The Los Angeles Lakers superstar spent part of his childhood in Italy while his father played in the country. He also speaks Italian.
Virtus has given Bryant four different contract options, stretching from the one-year deal to two-month and one-month options, and a per-game deal that would come out to $739,640 per home game.
The club is offering the deals in case there's an NBA lockout this season.
 
AP Source: NBA to cancel training camps

By BRIAN MAHONEY, AP

NEW YORK (AP) — No labor deal, no training camps and no telling what else the NBA could lose.

The lockout is about to start inflicting damage on the preseason schedule - and neither players nor owners can say what will happen to the real games.

The league will cancel training camps and some exhibition games Friday after failing to reach a new collective bargaining agreement with its players, a person with knowledge of the plans told The Associated Press on Thursday on condition of anonymity because the league had yet to announce its plans.

Training camps were expected to begin Oct. 3, and the exhibition openers were set for Oct. 9.

But the cancelations, first reported by Yahoo Sports, became unavoidable after another meeting between players and owners Thursday failed to end the lockout, which began July 1.

While providing no details of the meeting, Commissioner David Stern acknowledged that ``the calendar is not our friend'' when it comes to keeping the season intact.

Stern said he had ``no announcement to make today'' regarding any postponements or cancelations, but they became a certainty with no breakthrough Thursday. Talks are not expected to resume until next week.

The league is at about the same point as when it postponed camps in 1998, the only time it lost games to a work stoppage. The decision then came on Sept. 24 for camps that were set to begin Oct. 5.

The regular season is scheduled to open Nov. 1, with the NBA champion Dallas Mavericks hosting the Chicago Bulls in the first game. Though both sides repeatedly have said there is still time for a deal that would leave the regular season unaffected, neither would say so Thursday - with union president Derek Fisher of the Lakers using nearly the same words as Stern about the coming weeks.

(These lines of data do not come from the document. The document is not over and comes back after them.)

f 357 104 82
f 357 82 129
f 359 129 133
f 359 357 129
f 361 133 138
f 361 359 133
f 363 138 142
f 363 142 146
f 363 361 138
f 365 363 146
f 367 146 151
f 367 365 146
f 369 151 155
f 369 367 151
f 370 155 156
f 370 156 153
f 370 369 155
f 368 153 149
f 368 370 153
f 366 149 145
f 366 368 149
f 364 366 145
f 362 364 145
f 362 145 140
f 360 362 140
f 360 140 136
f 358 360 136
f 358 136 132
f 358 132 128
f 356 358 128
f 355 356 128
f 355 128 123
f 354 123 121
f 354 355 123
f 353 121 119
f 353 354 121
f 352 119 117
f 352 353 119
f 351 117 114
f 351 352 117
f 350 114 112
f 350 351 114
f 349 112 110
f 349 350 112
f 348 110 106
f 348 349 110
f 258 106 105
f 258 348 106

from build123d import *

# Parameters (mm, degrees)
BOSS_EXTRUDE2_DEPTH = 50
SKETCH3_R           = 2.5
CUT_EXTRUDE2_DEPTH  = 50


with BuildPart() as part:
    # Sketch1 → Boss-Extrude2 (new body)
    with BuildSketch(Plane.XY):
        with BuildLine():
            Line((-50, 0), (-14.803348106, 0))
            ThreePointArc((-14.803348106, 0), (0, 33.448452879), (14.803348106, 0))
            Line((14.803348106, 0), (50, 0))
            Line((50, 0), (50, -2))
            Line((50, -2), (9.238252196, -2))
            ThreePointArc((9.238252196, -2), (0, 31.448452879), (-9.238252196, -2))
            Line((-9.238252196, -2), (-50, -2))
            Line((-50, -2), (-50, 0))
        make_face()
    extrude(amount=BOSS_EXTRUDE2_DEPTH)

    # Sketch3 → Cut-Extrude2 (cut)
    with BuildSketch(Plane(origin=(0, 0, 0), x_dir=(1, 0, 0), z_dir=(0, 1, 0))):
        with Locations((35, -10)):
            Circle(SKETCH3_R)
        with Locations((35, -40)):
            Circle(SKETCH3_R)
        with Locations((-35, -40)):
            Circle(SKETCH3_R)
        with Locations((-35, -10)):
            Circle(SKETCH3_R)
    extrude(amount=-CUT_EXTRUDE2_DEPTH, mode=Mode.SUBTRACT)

``I don't have control of that part of it, that would be more of a Commissioner Stern, Adam Silver question in terms of logistics of starting the season on time,'' Fisher said. ``I'm not going to try and make a guess on that one. The calendar's obviously not our friend, but we're not going to give up on the process because of the time.''

Asked again if he thought things were far enough along to still believe in a Nov. 1 start, Stern said: ``I don't have any response to that. I just don't. I don't know the answer.''

Stern celebrated his 69th birthday Thursday but didn't appear in a festive mood after meeting for about five hours with leaders from the union. He was joined by Silver, the deputy commissioner, Spurs owner Peter Holt, who leads the labor relations committee, and NBA senior vice president and deputy general counsel Dan Rube. Fisher, executive director Billy Hunter, attorney Ron Klempner and economist Kevin Murphy represented the union.

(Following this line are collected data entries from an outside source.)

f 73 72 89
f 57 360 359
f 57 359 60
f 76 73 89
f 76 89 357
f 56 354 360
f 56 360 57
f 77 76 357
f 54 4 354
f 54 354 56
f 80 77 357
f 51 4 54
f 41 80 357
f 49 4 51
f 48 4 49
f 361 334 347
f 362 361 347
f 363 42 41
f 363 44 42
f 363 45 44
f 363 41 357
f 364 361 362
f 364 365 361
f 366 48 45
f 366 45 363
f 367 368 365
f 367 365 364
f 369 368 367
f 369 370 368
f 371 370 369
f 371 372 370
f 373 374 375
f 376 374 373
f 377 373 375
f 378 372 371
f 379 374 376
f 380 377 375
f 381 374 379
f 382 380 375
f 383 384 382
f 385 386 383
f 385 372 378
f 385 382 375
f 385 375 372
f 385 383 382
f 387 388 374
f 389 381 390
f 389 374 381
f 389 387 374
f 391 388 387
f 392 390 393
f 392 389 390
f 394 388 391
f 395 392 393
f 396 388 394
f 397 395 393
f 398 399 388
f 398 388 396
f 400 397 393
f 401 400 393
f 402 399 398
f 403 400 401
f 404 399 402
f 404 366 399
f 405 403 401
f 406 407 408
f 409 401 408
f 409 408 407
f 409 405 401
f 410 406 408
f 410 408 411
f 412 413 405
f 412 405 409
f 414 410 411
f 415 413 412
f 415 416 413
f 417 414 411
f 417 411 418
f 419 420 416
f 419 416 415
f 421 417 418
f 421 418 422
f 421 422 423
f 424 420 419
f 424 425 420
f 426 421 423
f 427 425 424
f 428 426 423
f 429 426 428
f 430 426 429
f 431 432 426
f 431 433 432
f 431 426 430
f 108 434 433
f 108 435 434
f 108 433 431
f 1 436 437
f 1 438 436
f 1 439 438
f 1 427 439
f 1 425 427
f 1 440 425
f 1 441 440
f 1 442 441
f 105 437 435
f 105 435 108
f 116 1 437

Those small groups had good talks in recent weeks, but things went poorly last Tuesday when they were rejoined by their full committees. Hunter said after that meeting that players planned to make a ``significant'' financial concession, only to find that owners refused to agree to their condition of leaving the current salary cap system as is.

Fisher said he didn't believe Thursday's talks, following a small meeting Wednesday that included Silver and staff members from both sides, moved the situation beyond where it was last week.

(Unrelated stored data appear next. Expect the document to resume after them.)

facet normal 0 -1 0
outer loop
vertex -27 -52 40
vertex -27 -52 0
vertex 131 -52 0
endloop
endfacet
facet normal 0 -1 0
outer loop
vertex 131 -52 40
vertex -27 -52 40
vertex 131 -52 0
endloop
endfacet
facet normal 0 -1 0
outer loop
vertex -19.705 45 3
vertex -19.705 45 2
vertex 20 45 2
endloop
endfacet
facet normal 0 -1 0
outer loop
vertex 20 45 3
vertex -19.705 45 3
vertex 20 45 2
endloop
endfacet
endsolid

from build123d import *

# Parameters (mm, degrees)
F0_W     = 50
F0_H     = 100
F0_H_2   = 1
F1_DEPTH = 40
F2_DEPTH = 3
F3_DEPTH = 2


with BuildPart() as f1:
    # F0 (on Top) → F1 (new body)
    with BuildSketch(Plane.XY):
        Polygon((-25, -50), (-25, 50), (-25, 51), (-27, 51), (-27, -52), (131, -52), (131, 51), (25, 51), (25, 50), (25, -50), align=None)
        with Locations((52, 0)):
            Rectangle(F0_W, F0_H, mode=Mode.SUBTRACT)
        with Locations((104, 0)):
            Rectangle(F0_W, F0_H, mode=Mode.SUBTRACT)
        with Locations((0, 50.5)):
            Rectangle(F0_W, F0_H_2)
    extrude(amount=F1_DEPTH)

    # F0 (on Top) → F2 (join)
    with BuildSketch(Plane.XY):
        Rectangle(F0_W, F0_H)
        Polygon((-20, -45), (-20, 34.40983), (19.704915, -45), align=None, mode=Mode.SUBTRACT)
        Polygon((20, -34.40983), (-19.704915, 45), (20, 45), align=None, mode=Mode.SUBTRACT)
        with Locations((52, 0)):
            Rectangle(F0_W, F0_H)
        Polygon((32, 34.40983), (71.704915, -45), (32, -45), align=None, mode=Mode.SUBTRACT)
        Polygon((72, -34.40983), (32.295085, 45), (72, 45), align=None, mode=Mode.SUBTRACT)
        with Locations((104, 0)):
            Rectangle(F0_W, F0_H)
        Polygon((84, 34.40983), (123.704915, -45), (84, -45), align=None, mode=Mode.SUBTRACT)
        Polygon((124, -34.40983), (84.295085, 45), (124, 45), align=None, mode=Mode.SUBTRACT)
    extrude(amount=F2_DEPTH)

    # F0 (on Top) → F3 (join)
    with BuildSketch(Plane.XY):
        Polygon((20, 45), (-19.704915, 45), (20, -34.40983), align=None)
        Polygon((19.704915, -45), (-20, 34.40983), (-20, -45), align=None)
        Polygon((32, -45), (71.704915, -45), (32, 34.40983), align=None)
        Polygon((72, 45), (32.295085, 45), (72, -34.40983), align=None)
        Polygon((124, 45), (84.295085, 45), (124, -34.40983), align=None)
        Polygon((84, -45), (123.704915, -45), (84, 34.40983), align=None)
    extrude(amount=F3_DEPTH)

Stern said the owners' labor relations committee would talk Friday, and both sides said they hoped to meet again next week.

``We'll keep working at it until we figure this thing out, but right now there isn't anything to really report or say,'' Fisher said. ``I don't have any answers to any questions, other than we'll keep working until we find some solutions.''

---
 
we're inching in closer to losing the season, unfortunately, and sadly.